Когда дети родителей-агностиков воспринимают от учителей или слуг традиционные убеждения, они порой начинают очень беспокоиться о том, чтобы спасти своих родителей от опасностей, как они поверили, проистекающих от неортодоксальных взглядов. Пастернак рассказывает:
...
[ПИ 33б]…Я преждевременно рано на всю жизнь вынес… нестерпимую жалость к родителям, которые умрут раньше меня и ради избавления которых от мук ада я должен совершить что-то неслыханно светлое, небывалое [221] .
Его родителя были евреи, его няня – русская православная христианка.
...
[ПИ 34] Младшая дочь Расмуссена, Соня, приняла религию, которую преподавали в ее норвежской протестантской школе, и хотела убедить родителей тоже ее принять. В возрасте 7 л. 1 м. она использовала аргумент Паскаля: «Папа в любом случае может говорить молитвы: это ему в плюс, если Он [Бог] есть, и, конечно, никак не повредит, если Его нет» [222] .
Вордсворт – в религиозном отношении дитя своего времени и своей страны, – когда более не мог найти в природе источник глубокой радости, какую испытывал в детстве, обрел философское утешение в платоновской теории внутриутробного существования и в идее бессмертия души; в результате ему пришлось защищаться от «достойных, благочестивых лиц», которые сочли, «что я намеревался внушать веру в предыдущее существование» [223] . К счастью для нас, защищаясь, он фактологически описал свой детский опыт.
...
[ПИ 35] В детстве ничто не было для меня труднее, чем признать смерть состоянием, имеющим отношение к моему собственному бытию… Трудность происходила не столько от животного чувства жизни, сколько от ощущения непобедимого духа внутри меня. Я подолгу размышлял над историями Еноха и Илии и почти убедил себя: что бы там ни происходило с другими, я так или иначе попаду на небеса. В подобном настроении я часто неспособен был думать о внешних вещах как имеющих внешнее существование, и со всем, что видел, я находился в контакте не как с чем-то отдельным, а как с неотъемлемой частью моей собственной нематериальной природы. Множество раз по дороге в школу я хватался сознанием за стену или за дерево, чтобы выбраться из этой пропасти идеализма в реальность. В то время меня пугали подобные процессы…

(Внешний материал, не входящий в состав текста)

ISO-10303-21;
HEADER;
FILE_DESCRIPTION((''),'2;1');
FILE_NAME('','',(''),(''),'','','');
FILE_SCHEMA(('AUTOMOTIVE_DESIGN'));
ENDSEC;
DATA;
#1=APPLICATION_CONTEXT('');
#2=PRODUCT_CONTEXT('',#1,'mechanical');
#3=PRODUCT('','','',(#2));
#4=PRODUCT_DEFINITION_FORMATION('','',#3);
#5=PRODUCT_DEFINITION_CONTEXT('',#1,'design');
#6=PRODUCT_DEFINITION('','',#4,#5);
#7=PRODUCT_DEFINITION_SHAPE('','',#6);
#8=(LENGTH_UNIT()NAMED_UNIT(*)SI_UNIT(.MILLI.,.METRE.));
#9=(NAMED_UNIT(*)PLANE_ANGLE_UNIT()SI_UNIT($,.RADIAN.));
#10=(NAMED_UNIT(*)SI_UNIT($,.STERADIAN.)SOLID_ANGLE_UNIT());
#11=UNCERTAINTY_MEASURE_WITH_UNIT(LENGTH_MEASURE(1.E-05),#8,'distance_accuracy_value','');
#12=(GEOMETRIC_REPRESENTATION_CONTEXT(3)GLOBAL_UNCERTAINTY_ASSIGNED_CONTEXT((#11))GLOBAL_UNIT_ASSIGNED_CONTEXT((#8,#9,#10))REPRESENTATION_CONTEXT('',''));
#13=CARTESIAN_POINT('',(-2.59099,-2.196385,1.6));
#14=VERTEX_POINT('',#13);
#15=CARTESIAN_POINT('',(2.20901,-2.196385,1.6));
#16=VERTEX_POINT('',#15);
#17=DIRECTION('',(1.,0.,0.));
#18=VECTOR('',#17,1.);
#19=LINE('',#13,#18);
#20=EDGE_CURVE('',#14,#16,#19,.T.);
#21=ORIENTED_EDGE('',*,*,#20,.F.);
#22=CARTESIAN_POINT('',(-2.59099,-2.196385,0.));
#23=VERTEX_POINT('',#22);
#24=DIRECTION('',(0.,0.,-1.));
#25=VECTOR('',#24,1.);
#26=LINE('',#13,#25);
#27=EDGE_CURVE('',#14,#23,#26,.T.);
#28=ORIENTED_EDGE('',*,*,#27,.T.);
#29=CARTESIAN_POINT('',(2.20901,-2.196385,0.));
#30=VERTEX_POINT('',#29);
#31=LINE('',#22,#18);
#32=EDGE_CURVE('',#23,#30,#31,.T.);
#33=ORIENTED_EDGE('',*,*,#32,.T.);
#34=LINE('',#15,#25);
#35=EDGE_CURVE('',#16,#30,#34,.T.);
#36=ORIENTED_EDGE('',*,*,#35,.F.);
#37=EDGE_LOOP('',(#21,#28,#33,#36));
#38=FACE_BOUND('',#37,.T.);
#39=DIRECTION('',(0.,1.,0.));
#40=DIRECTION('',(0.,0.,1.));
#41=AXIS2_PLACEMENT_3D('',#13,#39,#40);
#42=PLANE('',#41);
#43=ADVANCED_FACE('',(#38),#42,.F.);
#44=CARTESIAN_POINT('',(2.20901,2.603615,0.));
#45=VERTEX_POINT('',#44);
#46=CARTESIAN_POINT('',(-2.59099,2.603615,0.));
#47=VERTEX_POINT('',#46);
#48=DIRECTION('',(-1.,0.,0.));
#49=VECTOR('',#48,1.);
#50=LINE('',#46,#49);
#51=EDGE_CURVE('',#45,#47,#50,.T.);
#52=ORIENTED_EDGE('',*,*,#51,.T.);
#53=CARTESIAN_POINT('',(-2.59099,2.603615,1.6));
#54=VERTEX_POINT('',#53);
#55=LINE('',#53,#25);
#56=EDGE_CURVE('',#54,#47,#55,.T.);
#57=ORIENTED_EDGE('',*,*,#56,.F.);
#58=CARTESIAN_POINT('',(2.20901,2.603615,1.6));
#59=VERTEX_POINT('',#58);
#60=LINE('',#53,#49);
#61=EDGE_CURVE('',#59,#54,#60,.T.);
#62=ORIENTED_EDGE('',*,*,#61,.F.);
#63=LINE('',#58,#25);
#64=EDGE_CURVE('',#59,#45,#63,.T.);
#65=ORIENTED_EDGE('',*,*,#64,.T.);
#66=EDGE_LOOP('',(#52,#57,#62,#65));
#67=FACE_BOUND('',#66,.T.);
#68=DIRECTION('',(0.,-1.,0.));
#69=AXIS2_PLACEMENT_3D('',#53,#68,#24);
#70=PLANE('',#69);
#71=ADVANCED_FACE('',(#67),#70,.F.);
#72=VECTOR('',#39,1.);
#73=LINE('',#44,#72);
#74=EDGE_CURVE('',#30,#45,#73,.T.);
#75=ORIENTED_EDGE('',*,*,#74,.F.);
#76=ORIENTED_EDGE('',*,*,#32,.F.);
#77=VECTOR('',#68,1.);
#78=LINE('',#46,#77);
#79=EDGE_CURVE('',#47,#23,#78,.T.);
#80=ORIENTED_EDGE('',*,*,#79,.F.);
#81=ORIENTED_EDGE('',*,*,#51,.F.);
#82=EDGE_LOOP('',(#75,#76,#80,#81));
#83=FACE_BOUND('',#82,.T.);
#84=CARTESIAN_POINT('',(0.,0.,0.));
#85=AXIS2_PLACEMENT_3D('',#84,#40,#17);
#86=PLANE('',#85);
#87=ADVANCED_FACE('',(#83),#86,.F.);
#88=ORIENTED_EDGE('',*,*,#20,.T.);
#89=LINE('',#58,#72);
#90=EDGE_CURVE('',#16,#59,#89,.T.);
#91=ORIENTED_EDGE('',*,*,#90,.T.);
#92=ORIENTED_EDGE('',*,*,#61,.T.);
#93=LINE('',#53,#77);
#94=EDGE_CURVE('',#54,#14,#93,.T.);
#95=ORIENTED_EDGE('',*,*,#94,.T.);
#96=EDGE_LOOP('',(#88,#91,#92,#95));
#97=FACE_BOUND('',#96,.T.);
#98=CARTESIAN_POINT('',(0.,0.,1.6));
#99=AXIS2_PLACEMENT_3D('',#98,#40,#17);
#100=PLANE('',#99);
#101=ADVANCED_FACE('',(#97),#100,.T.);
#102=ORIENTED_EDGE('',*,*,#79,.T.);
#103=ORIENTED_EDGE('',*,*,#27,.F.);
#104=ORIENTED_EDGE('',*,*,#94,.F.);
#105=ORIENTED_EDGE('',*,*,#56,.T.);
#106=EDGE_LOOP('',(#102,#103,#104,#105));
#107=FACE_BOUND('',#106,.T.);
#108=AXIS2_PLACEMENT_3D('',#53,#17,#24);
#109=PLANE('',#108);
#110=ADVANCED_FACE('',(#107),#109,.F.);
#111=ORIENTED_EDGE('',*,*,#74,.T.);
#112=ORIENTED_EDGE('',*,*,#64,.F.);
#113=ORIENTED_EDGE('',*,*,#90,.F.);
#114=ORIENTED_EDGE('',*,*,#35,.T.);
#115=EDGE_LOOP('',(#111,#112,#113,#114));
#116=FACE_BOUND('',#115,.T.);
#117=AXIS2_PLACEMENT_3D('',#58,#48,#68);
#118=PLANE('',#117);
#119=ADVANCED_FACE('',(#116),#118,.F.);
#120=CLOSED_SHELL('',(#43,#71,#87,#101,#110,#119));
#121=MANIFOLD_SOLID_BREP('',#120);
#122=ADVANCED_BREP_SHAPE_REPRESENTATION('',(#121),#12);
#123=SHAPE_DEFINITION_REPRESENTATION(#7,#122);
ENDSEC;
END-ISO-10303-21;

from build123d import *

# Parameters (mm, degrees)
SKETCH_1_W      = 4.8
SKETCH_1_H      = 4.8
EXTRUDE_1_DEPTH = 1.6


with BuildPart() as part:
    # Эскиз1 → Бобышка-Вытянуть1 (new body)
    with BuildSketch(Plane.XY):
        with Locations((-0.190989986, 0.203615159)):
            Rectangle(SKETCH_1_W, SKETCH_1_H)
    extrude(amount=EXTRUDE_1_DEPTH)


solid = part.part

Мальчику рассказали, что «верою Енох был переселен так, что не видел смерти; и не стало его, потому что Бог переселил его» [224] ; что «понесся Илия в вихре на небо…» [225] . Узнав эти мифы, он нашел в себе побуждение, сотворившее их. Фрейд сказал, что мышление ниже уровня сознания не имеет понятия о нашей собственной смертности. Вероятно, поэт более других способен творчески осознать то, что в норме остается бессознательным. Для него, как и для ребенка, миф образует мост между бессознательным мышлением, знающим только жизнь, и сознательным представлением о смерти.
Унитарии в Новой Англии прежде выражали наиболее мощную оппозицию кальвинистской доктрине и психологии. Их сообщество там было более влиятельно и, возможно, более многочисленно, чем в Англии, где оно зародилось. Рационалистический настрой, оказавший, как писал Гезелл, влияние на детскую психологию в XX веке, может быть прослежен к Джону Стюарту Миллю (John Stuart Mill) в Англии и к сообществу, которое Генри Адаме связывал с улицей Маунт-Верной, центром бостонского унитарианизма в 1840-е гг., время его детства [226] . Убеждения этого круга были следующие:
...
Совершенствование общественного устройства тоже было делом верным, потому что сама человеческая природа содействовала добру и для его торжества нуждалась всего в трех орудиях: всеобщем избирательном праве, школах для всех и прессе. Благословенно воспитание! Дайте человеку истинное знание подлинных фактов, и он достигнет совершенства!.. [Унитарианские священники]… заявляли, причем ставили себе это в заслугу, что не требуют исповедания каких-либо догматов, а лишь учат, или пытаются учить, как жить добродетельной, полезной, бескорыстной жизнью, чего, по их мнению, было достаточно для спасения души. Трудности? Ими, считали они, можно пренебречь. Сомнения? Пустая трата мысли. Ничего не нужно решать.
В результате для мальчика, как и для его братьев и сестер, религия стала чем-то эфемерным; мягкая дисциплина унитарианской церкви была отвергнута при первом же поводе и навсегда.
...
В том, что он утратил одно из сильнейших человеческих чувств, уступающих разве только любви, возможно, был повинен он сам, но что интеллектуальнейшее общество, руководимое интеллектуальнейшим духовенством и отличавшееся самой высокой нравственностью… внушило себе, будто проблемы, волновавшие человечество с начала исторических времен, не стоят споров и обсуждений, казалось ему любопытнейшим социальным явлением, над объяснением которого он бился всю свою долгую жизнь.